CB1 Cannabinoid Receptor Agonists Induce Acute Respiratory Depression in Awake Mice

Recreational use of synthetic cannabinoid agonists (i.e., Spice compounds) that target the Cannabinoid Type 1 receptor (CB1) can cause acute respiratory failure in humans. However, Δ9-tetrahydrocannabinol (THC), the major psychoactive phytocannabinoid in cannabis, is not traditionally thought to interact with the brain respiratory system, based largely upon sparse labeling of CB1 receptors in the medulla and widespread human use.
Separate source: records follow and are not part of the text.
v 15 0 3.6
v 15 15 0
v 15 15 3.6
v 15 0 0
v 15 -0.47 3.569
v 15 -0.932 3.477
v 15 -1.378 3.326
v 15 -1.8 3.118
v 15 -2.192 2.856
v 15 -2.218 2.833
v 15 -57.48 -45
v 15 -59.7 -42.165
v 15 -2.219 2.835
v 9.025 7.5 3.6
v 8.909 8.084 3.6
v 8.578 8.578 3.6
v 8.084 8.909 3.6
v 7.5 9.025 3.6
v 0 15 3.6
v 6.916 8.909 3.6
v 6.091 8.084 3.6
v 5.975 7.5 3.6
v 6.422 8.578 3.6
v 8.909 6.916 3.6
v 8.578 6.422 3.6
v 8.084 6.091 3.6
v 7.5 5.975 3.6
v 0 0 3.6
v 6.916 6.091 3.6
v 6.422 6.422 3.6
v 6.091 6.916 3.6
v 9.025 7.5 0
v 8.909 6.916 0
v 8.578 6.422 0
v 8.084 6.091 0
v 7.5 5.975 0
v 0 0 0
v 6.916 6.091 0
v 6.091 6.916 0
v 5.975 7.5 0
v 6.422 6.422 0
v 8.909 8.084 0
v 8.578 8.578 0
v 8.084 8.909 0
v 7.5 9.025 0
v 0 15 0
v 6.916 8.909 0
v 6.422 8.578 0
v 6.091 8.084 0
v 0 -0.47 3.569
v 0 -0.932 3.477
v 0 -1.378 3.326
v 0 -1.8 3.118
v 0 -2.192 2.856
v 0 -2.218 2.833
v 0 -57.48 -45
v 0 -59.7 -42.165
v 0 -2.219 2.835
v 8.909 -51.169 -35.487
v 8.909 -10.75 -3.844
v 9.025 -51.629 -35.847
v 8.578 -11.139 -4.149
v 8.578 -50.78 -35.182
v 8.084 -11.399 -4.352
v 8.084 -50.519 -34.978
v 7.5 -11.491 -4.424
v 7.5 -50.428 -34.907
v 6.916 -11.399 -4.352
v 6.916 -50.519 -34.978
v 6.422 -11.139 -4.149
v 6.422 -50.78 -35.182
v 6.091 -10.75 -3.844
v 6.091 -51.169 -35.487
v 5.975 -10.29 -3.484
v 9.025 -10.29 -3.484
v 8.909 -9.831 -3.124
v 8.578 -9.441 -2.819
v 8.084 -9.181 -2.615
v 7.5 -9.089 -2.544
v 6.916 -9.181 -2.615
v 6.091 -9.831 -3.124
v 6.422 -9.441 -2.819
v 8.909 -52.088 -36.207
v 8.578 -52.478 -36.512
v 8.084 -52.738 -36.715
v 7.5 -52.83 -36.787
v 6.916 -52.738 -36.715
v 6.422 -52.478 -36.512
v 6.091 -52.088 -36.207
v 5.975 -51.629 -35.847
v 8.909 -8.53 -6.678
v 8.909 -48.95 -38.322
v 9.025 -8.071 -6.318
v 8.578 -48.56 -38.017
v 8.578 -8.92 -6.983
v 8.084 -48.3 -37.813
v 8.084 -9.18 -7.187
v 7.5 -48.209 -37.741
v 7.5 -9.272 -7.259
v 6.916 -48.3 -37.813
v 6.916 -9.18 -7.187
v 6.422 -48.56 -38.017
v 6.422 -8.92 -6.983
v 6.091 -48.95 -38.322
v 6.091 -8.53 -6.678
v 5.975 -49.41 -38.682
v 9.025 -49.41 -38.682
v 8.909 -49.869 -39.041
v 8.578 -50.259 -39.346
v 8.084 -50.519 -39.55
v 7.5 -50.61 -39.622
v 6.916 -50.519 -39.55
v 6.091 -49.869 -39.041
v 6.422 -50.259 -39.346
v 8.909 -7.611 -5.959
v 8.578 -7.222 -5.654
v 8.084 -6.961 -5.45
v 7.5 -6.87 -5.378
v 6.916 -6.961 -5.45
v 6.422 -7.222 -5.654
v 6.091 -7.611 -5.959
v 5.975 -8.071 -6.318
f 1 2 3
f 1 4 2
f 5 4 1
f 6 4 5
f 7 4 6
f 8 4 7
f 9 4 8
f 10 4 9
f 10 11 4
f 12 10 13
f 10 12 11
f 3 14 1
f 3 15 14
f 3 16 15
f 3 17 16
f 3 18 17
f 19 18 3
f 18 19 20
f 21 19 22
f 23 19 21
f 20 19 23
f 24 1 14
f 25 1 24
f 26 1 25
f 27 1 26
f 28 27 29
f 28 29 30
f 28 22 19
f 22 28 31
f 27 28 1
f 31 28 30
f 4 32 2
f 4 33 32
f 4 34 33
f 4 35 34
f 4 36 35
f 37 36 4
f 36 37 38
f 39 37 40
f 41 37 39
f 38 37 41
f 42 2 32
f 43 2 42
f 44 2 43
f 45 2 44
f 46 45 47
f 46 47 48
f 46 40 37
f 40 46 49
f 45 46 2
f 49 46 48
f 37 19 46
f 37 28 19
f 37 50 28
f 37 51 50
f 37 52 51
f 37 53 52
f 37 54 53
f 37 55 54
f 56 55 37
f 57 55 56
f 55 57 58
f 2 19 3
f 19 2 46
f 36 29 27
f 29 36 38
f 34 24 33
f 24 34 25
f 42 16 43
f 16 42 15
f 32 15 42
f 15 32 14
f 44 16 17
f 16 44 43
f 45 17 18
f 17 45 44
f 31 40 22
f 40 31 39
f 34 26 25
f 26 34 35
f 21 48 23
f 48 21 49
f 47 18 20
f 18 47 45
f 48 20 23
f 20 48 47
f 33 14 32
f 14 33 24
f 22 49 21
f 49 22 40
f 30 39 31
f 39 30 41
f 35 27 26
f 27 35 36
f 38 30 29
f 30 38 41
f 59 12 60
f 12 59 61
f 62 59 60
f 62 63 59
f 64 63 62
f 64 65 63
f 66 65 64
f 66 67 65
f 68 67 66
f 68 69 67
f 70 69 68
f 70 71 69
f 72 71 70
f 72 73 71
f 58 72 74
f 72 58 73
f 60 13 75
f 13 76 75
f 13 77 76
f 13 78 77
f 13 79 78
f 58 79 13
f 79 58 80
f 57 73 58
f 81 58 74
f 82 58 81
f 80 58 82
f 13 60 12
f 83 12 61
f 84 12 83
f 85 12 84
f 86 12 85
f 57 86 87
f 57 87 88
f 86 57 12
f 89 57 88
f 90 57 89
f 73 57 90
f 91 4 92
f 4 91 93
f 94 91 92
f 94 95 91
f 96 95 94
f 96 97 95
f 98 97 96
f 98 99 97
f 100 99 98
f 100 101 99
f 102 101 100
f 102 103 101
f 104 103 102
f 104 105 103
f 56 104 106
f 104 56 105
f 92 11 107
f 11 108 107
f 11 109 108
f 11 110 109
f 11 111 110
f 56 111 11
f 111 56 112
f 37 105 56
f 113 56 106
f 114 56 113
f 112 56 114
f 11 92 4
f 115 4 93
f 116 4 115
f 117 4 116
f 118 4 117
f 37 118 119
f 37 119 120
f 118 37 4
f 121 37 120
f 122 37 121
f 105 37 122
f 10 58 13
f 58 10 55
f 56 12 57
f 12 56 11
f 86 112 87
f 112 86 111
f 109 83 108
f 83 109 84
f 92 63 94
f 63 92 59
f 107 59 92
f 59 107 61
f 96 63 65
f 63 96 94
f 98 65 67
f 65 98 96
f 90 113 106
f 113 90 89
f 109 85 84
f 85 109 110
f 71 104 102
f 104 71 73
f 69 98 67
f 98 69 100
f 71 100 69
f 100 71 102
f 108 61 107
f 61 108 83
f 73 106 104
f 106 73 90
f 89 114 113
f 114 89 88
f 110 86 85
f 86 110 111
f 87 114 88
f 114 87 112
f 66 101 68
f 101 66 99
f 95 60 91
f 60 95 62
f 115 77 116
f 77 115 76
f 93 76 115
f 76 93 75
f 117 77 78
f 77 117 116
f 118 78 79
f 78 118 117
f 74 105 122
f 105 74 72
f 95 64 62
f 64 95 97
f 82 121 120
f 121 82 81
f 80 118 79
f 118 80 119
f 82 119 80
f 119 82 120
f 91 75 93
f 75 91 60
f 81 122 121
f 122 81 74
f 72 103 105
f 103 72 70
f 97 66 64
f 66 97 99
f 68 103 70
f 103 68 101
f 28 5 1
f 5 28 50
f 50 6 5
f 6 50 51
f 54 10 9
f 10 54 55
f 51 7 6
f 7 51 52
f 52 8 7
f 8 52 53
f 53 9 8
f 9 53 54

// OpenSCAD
// file: configuration.scad
// Increase this if your slicer or printer make holes too tight.
extra_radius = 0.1;
extra_extrusion_width = 0.5;

// OD = outside diameter, corner to corner.
m3_nut_od = 6.1;
m3_nut_radius = m3_nut_od/2 + 0.35 + extra_radius;
m3_washer_radius = 3.5 + extra_radius;

// Major diameter of metric 3mm thread.
m3_major = 2.85;
m3_radius = m3_major/2 + extra_radius;
m3_wide_radius = m3_major/2 + extra_radius;

// NEMA17 stepper motors.
motor_shaft_diameter = 5;
motor_shaft_radius = motor_shaft_diameter/2 + extra_radius;

// Frame brackets. M3x8mm screws work best with 3.6 mm brackets.
thickness = 3.6;

// OpenBeam or Misumi. Currently only 15x15 mm, but there is a plan
// to make models more parametric and allow 20x20 mm in the future.
extrusion = 15;

// Placement for the NEMA17 stepper motors.
motor_offset = 44;
motor_length = 47;
// main file
include <configuration.scad>;

width = 15;

panel_height = 73;
printer_height = 45;
screw_separation = (49+56)/2; //center to center distance between mounting screws

angle = asin(printer_height/panel_height);

module lcd_holder(){
	union(){
		difference(){
			cube([width,extrusion,thickness]);
			translate([width/2,extrusion/2,thickness/2])
				cylinder(r=m3_wide_radius, h=2*thickness, center=true, $fn=16);
		}
		rotate([angle, 0, 0]) translate([0,-panel_height,0])
			difference(){
				cube([width, panel_height, thickness]);
				translate([width/2,(panel_height-screw_separation)/2,thickness/2])
					cylinder(r=m3_wide_radius, h=2*thickness, center=true, $fn=16);
				translate([width/2,panel_height-(panel_height-screw_separation)/2,thickness/2])
					cylinder(r=m3_wide_radius, h=2*thickness, center=true, $fn=16);
			}
		difference(){
			rotate([0,90,0])
				cylinder(r=thickness, h=15, $fn=48);
			translate([7.5,0,-thickness])
				cube([30, 20, thickness*2], center=true);
		}
	}
}

lcd_holder();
The respiratory effects of CB1 agonists have rarely been studied in vivo, suggesting that additional inquiry is required to reconcile the conflict between conventional wisdom and human data. Here we used whole body plethysmography to examine the respiratory effects of the synthetic CB1 full agonist CP55,940, and the partial CB1 agonist Δ9-tetrahydrocannabinol in male and female mice. CP55,940 and THC, administered systemically, produced robust suppression of minute ventilation. Both cannabinoids also produced sizable reductions in tidal volume, decreasing both peak inspiratory and expiratory flow - measures of respiratory effort. Similarly, both drugs reduced respiratory frequency, decreasing both inspiratory and expiratory time while markedly increasing expiratory pause, and to a lesser extent, inspiratory pause. Respiratory suppressive effects occurred at lower doses in females than in males, and at many of the same doses shown to produce cardinal behavioral signs of CB1 activation. We also used RNAscope in situ hybridization to localize CB1 mRNA to the medullary pre-Botzinger Complex, a critical nucleus of respiratory control. Our results show that, contrary to previous conventional wisdom, CB1 mRNA is expressed in glutamatergic neurons in a brain region essential for breathing and may directly contribute to respiratory depression. ### Competing Interest Statement The authors have declared no competing interest.